**Task brief**
Search the material for the string "manifold", then return every line where it is found.

**Provided data**
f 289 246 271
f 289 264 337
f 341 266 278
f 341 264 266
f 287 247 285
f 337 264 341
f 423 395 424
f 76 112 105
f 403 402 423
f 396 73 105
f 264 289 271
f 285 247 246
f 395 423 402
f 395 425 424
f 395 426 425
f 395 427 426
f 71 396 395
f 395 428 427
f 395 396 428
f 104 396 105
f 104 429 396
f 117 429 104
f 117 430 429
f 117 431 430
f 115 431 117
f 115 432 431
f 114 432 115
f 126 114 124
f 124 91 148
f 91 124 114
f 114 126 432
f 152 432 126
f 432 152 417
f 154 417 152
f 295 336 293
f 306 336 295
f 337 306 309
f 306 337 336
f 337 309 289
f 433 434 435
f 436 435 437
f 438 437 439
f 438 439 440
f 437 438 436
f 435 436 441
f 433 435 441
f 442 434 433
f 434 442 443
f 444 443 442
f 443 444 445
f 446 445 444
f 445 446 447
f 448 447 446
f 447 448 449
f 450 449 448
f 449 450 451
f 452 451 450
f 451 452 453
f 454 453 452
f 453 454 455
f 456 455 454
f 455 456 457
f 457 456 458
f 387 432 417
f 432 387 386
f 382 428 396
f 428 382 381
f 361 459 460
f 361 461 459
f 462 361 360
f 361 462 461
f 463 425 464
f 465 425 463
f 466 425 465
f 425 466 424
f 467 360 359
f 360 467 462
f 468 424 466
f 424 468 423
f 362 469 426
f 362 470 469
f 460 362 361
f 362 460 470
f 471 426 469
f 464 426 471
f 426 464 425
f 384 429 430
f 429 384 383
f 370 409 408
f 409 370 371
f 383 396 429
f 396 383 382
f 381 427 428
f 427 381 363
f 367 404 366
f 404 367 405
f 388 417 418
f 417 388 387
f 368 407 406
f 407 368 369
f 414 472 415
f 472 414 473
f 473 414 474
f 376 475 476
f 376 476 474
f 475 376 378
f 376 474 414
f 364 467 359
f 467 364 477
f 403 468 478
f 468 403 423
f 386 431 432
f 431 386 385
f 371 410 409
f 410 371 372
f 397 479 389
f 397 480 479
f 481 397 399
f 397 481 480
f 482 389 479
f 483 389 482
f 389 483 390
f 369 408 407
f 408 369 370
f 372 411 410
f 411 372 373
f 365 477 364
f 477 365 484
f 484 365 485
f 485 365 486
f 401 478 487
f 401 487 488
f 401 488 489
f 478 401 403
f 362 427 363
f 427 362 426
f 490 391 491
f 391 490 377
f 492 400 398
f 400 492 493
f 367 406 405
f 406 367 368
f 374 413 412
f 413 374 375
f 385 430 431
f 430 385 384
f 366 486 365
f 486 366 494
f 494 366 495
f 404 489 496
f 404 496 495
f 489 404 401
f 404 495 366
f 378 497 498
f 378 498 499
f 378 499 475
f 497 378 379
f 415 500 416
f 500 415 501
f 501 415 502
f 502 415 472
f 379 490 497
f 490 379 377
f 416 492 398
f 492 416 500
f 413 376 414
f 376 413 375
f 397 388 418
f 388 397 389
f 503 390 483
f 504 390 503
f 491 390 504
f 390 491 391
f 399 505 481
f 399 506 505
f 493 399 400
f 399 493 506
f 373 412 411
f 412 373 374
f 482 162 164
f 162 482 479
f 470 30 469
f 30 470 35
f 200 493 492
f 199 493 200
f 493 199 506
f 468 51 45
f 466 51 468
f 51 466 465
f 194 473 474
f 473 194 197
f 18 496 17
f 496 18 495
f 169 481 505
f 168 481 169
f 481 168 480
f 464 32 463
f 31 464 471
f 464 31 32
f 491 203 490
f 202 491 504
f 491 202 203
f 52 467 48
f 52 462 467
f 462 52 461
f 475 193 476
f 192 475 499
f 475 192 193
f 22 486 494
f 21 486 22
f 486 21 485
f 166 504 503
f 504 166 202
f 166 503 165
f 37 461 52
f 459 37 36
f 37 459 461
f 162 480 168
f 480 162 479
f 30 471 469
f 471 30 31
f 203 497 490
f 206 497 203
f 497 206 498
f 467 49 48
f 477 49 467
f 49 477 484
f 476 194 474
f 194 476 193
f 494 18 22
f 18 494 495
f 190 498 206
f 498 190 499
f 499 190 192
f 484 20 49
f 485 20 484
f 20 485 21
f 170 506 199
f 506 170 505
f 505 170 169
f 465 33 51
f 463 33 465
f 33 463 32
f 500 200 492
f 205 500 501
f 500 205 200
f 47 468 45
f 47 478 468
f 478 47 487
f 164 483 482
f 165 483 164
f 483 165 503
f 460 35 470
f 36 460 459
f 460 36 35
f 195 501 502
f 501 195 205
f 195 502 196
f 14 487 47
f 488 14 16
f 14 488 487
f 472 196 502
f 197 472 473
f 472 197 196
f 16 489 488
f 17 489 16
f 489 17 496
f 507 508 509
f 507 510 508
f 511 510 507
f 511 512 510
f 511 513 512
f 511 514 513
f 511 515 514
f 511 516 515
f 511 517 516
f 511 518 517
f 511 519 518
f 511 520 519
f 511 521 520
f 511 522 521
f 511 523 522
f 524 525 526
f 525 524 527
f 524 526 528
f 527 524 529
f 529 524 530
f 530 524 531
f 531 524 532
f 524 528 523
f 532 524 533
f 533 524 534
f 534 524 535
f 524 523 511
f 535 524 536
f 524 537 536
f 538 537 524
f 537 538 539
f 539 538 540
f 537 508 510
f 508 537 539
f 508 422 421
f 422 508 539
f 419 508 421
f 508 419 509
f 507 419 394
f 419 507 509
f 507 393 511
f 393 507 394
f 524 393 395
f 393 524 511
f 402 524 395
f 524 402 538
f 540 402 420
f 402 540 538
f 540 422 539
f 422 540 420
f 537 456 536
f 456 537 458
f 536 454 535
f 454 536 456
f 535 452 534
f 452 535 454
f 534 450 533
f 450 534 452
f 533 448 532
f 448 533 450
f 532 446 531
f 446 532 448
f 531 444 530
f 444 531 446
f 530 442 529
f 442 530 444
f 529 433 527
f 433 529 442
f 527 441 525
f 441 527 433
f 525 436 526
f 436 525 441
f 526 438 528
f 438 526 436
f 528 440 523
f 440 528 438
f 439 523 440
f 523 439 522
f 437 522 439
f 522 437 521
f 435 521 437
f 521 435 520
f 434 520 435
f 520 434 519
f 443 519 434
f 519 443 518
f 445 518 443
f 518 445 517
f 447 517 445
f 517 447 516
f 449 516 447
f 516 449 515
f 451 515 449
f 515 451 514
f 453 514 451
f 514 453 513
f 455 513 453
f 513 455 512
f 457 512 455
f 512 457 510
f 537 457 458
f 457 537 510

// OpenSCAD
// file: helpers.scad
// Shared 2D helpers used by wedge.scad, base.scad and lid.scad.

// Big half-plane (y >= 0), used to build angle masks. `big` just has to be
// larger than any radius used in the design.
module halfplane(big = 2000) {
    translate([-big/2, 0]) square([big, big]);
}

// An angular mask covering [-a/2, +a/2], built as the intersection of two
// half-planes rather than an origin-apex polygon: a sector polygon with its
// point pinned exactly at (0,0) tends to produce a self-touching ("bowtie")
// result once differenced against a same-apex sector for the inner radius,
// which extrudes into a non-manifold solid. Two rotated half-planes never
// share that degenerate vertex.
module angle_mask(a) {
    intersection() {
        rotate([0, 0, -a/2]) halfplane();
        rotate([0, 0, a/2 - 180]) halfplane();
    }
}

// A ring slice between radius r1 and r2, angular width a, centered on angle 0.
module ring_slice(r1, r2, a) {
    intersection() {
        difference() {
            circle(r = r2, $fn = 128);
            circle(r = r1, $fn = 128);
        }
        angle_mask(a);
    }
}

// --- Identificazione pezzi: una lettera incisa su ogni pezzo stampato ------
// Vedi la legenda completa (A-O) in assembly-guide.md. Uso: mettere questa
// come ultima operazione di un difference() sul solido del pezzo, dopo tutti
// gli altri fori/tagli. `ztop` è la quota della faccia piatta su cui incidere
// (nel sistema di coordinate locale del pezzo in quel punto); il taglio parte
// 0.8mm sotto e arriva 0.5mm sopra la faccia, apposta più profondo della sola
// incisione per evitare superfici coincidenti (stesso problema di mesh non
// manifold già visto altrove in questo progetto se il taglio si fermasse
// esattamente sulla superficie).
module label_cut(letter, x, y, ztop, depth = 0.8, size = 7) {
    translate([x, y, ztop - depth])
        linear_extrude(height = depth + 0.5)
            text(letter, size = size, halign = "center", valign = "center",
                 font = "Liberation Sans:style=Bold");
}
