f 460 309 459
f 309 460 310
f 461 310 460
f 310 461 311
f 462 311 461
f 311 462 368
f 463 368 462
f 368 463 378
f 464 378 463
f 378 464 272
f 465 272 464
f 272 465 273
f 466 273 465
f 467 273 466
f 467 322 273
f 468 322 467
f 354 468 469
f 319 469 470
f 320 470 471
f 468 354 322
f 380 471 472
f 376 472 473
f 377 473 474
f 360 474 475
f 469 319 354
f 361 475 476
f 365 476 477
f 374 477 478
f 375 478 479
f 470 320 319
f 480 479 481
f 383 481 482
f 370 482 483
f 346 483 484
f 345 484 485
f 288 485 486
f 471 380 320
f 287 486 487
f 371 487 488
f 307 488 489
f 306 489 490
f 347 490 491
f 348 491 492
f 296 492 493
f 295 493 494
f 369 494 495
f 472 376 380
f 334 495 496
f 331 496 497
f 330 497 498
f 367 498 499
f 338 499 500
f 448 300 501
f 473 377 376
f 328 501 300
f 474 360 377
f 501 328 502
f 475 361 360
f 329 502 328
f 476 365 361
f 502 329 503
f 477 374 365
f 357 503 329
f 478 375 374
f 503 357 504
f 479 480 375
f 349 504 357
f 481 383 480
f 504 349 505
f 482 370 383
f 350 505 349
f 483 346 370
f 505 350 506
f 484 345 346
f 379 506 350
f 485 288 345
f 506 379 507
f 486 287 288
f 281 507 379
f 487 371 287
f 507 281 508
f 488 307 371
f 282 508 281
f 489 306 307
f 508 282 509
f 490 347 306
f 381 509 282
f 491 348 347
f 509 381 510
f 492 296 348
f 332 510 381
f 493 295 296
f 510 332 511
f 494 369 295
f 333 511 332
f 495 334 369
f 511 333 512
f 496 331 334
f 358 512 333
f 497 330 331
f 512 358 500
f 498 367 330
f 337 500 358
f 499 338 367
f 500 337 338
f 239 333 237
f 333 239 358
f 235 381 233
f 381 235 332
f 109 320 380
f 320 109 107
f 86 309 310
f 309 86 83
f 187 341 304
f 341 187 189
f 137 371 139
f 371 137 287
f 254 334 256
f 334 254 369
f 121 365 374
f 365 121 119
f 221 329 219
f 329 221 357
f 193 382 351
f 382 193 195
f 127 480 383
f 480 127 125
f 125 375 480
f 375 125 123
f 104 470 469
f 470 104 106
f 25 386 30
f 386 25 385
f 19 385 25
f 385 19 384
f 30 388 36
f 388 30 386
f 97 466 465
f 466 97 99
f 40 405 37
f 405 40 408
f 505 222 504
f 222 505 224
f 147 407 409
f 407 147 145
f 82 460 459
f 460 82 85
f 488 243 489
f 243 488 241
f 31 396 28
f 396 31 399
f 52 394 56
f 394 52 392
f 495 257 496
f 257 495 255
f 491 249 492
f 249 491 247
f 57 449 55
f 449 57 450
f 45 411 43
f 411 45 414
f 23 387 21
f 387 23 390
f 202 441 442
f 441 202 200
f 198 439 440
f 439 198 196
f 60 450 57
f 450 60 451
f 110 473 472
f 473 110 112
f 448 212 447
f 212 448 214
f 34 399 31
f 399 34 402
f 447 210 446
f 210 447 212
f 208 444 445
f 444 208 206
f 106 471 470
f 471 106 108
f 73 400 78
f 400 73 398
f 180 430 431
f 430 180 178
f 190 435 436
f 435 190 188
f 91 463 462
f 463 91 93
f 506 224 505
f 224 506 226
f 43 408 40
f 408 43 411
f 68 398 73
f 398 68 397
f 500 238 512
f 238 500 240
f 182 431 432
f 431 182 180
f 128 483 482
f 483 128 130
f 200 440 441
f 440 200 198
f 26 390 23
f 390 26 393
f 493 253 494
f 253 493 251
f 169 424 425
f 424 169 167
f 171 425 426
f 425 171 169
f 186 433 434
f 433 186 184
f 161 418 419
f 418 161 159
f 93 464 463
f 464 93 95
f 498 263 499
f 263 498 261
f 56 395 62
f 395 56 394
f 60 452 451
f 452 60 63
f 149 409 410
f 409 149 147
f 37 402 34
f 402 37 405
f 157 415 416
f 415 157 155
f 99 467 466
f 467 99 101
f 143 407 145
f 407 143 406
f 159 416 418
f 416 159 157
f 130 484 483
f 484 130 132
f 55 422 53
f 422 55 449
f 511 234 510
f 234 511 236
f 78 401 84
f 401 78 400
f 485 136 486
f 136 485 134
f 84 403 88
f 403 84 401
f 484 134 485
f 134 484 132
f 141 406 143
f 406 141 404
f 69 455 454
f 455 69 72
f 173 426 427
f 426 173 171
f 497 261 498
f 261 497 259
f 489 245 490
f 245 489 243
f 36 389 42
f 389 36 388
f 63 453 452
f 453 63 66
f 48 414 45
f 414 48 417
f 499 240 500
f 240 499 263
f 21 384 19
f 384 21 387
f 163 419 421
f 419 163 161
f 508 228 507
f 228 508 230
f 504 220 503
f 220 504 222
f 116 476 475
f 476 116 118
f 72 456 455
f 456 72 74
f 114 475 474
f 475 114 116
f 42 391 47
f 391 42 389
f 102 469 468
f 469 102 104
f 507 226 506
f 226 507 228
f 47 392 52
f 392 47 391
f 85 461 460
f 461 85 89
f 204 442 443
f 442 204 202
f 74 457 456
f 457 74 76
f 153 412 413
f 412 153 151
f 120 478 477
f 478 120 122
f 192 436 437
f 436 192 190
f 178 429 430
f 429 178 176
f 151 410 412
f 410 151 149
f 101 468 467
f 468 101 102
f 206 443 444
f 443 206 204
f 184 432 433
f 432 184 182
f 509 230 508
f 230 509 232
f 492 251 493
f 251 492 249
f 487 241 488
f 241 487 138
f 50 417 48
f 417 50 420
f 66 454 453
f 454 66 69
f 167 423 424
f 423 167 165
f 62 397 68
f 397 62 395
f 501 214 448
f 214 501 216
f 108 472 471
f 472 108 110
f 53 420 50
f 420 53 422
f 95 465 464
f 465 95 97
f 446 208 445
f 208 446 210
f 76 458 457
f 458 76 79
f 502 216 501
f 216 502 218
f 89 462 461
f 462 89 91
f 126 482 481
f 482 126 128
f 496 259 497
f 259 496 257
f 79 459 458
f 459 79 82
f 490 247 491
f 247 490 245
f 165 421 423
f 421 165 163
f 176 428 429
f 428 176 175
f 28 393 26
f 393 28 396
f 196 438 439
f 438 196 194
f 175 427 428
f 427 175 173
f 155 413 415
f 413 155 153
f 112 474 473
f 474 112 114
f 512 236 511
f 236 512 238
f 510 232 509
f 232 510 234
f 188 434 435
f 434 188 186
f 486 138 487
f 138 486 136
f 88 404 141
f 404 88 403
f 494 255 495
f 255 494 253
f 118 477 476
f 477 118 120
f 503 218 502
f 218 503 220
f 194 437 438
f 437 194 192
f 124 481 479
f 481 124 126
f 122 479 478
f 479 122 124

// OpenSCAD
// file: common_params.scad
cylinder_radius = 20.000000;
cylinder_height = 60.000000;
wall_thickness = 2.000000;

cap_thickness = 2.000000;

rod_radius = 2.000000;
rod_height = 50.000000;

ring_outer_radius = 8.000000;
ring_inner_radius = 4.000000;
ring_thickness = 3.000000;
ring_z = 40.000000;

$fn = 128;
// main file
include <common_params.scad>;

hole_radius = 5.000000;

**Task response**
// which extrudes into a non-manifold solid. Two rotated half-planes never
// manifold già visto altrove in questo progetto se il taglio si fermasse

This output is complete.